What the task asks — Please restate the material below word for word, from the first line through the one that contains "face PLANE(AX(P(0,0,1.25),D(0,0,1),D(1,0,0))) [-e12]", inclusive.

Provided information —
▽
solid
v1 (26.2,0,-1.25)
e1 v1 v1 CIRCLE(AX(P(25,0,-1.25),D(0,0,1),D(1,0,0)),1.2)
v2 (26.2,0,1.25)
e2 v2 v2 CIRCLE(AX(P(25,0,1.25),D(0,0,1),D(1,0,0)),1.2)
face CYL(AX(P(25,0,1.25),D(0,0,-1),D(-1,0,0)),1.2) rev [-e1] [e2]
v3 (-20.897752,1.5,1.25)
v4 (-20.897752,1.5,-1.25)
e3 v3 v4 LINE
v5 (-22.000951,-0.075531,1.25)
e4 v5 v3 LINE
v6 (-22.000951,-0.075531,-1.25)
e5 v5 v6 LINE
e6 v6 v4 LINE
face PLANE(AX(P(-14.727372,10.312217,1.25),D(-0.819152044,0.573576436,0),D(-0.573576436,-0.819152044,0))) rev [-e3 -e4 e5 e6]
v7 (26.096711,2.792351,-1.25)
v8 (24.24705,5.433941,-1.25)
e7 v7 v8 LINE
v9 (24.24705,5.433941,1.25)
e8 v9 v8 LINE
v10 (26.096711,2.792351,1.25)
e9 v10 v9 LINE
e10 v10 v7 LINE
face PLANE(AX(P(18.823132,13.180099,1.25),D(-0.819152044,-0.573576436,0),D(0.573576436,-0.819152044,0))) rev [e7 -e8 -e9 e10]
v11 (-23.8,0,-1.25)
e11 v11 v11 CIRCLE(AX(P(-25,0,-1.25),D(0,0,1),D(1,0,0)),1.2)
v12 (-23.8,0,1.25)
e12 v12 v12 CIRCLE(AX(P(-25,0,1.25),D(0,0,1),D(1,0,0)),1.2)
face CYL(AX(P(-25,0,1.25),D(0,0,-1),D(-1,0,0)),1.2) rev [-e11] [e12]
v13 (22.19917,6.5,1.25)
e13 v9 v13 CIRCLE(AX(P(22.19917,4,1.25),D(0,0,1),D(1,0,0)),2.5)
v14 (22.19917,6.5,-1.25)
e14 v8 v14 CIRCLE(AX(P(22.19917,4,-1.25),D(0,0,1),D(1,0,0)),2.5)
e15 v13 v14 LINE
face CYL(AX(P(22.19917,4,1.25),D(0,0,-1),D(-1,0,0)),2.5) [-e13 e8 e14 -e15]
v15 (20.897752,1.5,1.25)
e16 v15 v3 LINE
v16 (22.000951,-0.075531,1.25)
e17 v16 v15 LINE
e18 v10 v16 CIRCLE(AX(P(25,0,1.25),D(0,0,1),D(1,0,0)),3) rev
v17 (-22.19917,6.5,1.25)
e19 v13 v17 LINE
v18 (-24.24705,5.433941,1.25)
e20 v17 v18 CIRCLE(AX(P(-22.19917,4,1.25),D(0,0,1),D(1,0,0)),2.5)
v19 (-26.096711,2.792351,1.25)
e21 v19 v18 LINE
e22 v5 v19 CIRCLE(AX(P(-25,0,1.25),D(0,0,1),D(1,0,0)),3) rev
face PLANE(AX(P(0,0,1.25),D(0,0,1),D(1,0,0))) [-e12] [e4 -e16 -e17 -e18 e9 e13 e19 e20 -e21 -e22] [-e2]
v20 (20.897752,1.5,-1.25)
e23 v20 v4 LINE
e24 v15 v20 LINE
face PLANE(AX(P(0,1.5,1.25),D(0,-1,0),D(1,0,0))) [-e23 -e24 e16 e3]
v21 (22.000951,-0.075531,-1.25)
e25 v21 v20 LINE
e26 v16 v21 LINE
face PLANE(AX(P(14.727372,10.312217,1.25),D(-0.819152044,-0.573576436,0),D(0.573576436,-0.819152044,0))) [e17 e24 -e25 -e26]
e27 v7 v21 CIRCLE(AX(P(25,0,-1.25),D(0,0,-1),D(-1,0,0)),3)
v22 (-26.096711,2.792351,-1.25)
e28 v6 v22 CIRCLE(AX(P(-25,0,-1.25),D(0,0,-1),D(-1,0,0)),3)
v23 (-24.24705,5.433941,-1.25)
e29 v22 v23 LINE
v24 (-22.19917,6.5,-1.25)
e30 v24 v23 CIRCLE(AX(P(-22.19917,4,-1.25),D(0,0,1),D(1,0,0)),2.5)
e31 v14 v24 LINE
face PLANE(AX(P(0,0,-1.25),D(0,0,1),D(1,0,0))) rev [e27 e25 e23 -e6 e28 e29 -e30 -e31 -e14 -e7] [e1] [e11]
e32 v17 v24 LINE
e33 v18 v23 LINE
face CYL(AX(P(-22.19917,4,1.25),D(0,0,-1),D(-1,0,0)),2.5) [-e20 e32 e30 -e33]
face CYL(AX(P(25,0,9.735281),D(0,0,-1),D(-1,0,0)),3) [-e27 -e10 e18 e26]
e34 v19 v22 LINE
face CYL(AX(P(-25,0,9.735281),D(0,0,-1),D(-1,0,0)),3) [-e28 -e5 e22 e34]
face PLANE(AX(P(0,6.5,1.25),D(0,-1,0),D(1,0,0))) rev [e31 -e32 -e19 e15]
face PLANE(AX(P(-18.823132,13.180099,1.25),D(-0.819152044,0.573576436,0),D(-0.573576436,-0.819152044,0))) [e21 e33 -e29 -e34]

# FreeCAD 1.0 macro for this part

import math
import FreeCAD as App
import Part
import Sketcher

V = App.Vector
Q = App.Units.Quantity

doc = App.newDocument("Part")
body = doc.addObject("PartDesign::Body", "Body")

# Sketch on XY plane
sketch1 = body.newObject("Sketcher::SketchObject", "Sketch")
sketch1.AttachmentSupport = (doc.getObject("XY_Plane"), [""])
sketch1.MapMode = "FlatFace"
sketch1.addGeometry([
    Part.LineSegment(V(-20.9, 1.5, 0), V(20.9, 1.5, 0)),  # 0
    Part.LineSegment(V(20.9, 1.5, 0), V(23, -1.4, 0)),  # 1
    Part.ArcOfCircle(Part.Circle(V(25, 0, 0), V(0, 0, 1), 2.5), math.radians(-145), math.radians(35)),  # 2
    Part.LineSegment(V(27, 1.4, 0), V(24.2, 5.4, 0)),  # 3
    Part.ArcOfCircle(Part.Circle(V(22.2, 4, 0), V(0, 0, 1), 2.5), math.radians(35), math.radians(90)),  # 4
    Part.LineSegment(V(22.2, 6.5, 0), V(-22.2, 6.5, 0)),  # 5
    Part.ArcOfCircle(Part.Circle(V(-22.2, 4, 0), V(0, 0, 1), 2.5), math.radians(90), math.radians(145)),  # 6
    Part.LineSegment(V(-24.2, 5.4, 0), V(-27, 1.4, 0)),  # 7
    Part.ArcOfCircle(Part.Circle(V(-25, 0, 0), V(0, 0, 1), 2.5), math.radians(145), math.radians(325)),  # 8
    Part.LineSegment(V(-23, -1.4, 0), V(-20.9, 1.5, 0)),  # 9
    Part.Circle(V(-25, 0, 0), V(0, 0, 1), 1.2),  # 10
    Part.Circle(V(25, 0, 0), V(0, 0, 1), 1.2),  # 11
], False)
sketch1.addConstraint([
    Sketcher.Constraint("Coincident", 0, 2, 1, 1),
    Sketcher.Constraint("Tangent", 1, 2, 2, 1),
    Sketcher.Constraint("Tangent", 2, 2, 3, 1),
    Sketcher.Constraint("Tangent", 3, 2, 4, 1),
    Sketcher.Constraint("Tangent", 4, 2, 5, 1),
    Sketcher.Constraint("Tangent", 5, 2, 6, 1),
    Sketcher.Constraint("Tangent", 6, 2, 7, 1),
    Sketcher.Constraint("Tangent", 7, 2, 8, 1),
    Sketcher.Constraint("Tangent", 8, 2, 9, 1),
    Sketcher.Constraint("Coincident", 9, 2, 0, 1),
    Sketcher.Constraint("Horizontal", 0),
    Sketcher.Constraint("Horizontal", 5),
    Sketcher.Constraint("Coincident", 10, 3, 8, 3),
    Sketcher.Constraint("Coincident", 11, 3, 2, 3),
    Sketcher.Constraint("Equal", 2, 4),
    Sketcher.Constraint("Equal", 4, 6),
    Sketcher.Constraint("Equal", 6, 8),
    Sketcher.Constraint("Equal", 10, 11),
    Sketcher.Constraint("Symmetric", 2, 3, 8, 3, -1, 1),
    Sketcher.Constraint("Symmetric", 3, 2, 6, 2, -2),
    Sketcher.Constraint("Parallel", 1, 3),
    Sketcher.Constraint("Parallel", 7, 9),
    Sketcher.Constraint("Diameter", 10, 2.4),
    Sketcher.Constraint("Radius", 2, 2.5),
    Sketcher.Constraint("Angle", 1, Q("-55 deg")),
    Sketcher.Constraint("DistanceX", -1, 1, 2, 3, 25.0),
    Sketcher.Constraint("DistanceY", -1, 1, 4, 3, 4.0),
    Sketcher.Constraint("DistanceY", 0, 2, 4, 2, 5.0),
])
pad1 = body.newObject("PartDesign::Pad", "Pad")
pad1.Profile = sketch1
pad1.Length = 2.5
pad1.Midplane = True

# Sketch on XY plane
sketch2 = body.newObject("Sketcher::SketchObject", "Sketch001")
sketch2.AttachmentSupport = (doc.getObject("XY_Plane"), [""])
sketch2.MapMode = "FlatFace"
sketch2.AttachmentOffset = App.Placement(V(0, 0, -1.25), App.Rotation())
sketch2.addGeometry([
    Part.Circle(V(-25, 0, 0), V(0, 0, 1), 3),
    Part.Circle(V(-25, 0, 0), V(0, 0, 1), 1.2),
    Part.Circle(V(25, 0, 0), V(0, 0, 1), 3),
    Part.Circle(V(25, 0, 0), V(0, 0, 1), 1.2),
], False)
sketch2.addConstraint([
    Sketcher.Constraint("Coincident", 1, 3, 0, 3),
    Sketcher.Constraint("Coincident", 3, 3, 2, 3),
    Sketcher.Constraint("Equal", 0, 2),
    Sketcher.Constraint("Equal", 1, 3),
    Sketcher.Constraint("Symmetric", 0, 3, 2, 3, -1, 1),
    Sketcher.Constraint("PointOnObject", 0, 3, -1),
    Sketcher.Constraint("Diameter", 0, 6.0),
    Sketcher.Constraint("Diameter", 1, 2.4),
    Sketcher.Constraint("DistanceX", 0, 3, -1, 1, 25.0),
])
pad2 = body.newObject("PartDesign::Pad", "Pad001")
pad2.Profile = sketch2
pad2.Length = 2.5

doc.recompute()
△
Answer box —
solid
v1 (26.2,0,-1.25)
e1 v1 v1 CIRCLE(AX(P(25,0,-1.25),D(0,0,1),D(1,0,0)),1.2)
v2 (26.2,0,1.25)
e2 v2 v2 CIRCLE(AX(P(25,0,1.25),D(0,0,1),D(1,0,0)),1.2)
face CYL(AX(P(25,0,1.25),D(0,0,-1),D(-1,0,0)),1.2) rev [-e1] [e2]
v3 (-20.897752,1.5,1.25)
v4 (-20.897752,1.5,-1.25)
e3 v3 v4 LINE
v5 (-22.000951,-0.075531,1.25)
e4 v5 v3 LINE
v6 (-22.000951,-0.075531,-1.25)
e5 v5 v6 LINE
e6 v6 v4 LINE
face PLANE(AX(P(-14.727372,10.312217,1.25),D(-0.819152044,0.573576436,0),D(-0.573576436,-0.819152044,0))) rev [-e3 -e4 e5 e6]
v7 (26.096711,2.792351,-1.25)
v8 (24.24705,5.433941,-1.25)
e7 v7 v8 LINE
v9 (24.24705,5.433941,1.25)
e8 v9 v8 LINE
v10 (26.096711,2.792351,1.25)
e9 v10 v9 LINE
e10 v10 v7 LINE
face PLANE(AX(P(18.823132,13.180099,1.25),D(-0.819152044,-0.573576436,0),D(0.573576436,-0.819152044,0))) rev [e7 -e8 -e9 e10]
v11 (-23.8,0,-1.25)
e11 v11 v11 CIRCLE(AX(P(-25,0,-1.25),D(0,0,1),D(1,0,0)),1.2)
v12 (-23.8,0,1.25)
e12 v12 v12 CIRCLE(AX(P(-25,0,1.25),D(0,0,1),D(1,0,0)),1.2)
face CYL(AX(P(-25,0,1.25),D(0,0,-1),D(-1,0,0)),1.2) rev [-e11] [e12]
v13 (22.19917,6.5,1.25)
e13 v9 v13 CIRCLE(AX(P(22.19917,4,1.25),D(0,0,1),D(1,0,0)),2.5)
v14 (22.19917,6.5,-1.25)
e14 v8 v14 CIRCLE(AX(P(22.19917,4,-1.25),D(0,0,1),D(1,0,0)),2.5)
e15 v13 v14 LINE
face CYL(AX(P(22.19917,4,1.25),D(0,0,-1),D(-1,0,0)),2.5) [-e13 e8 e14 -e15]
v15 (20.897752,1.5,1.25)
e16 v15 v3 LINE
v16 (22.000951,-0.075531,1.25)
e17 v16 v15 LINE
e18 v10 v16 CIRCLE(AX(P(25,0,1.25),D(0,0,1),D(1,0,0)),3) rev
v17 (-22.19917,6.5,1.25)
e19 v13 v17 LINE
v18 (-24.24705,5.433941,1.25)
e20 v17 v18 CIRCLE(AX(P(-22.19917,4,1.25),D(0,0,1),D(1,0,0)),2.5)
v19 (-26.096711,2.792351,1.25)
e21 v19 v18 LINE
e22 v5 v19 CIRCLE(AX(P(-25,0,1.25),D(0,0,1),D(1,0,0)),3) rev
face PLANE(AX(P(0,0,1.25),D(0,0,1),D(1,0,0))) [-e12] [e4 -e16 -e17 -e18 e9 e13 e19 e20 -e21 -e22] [-e2]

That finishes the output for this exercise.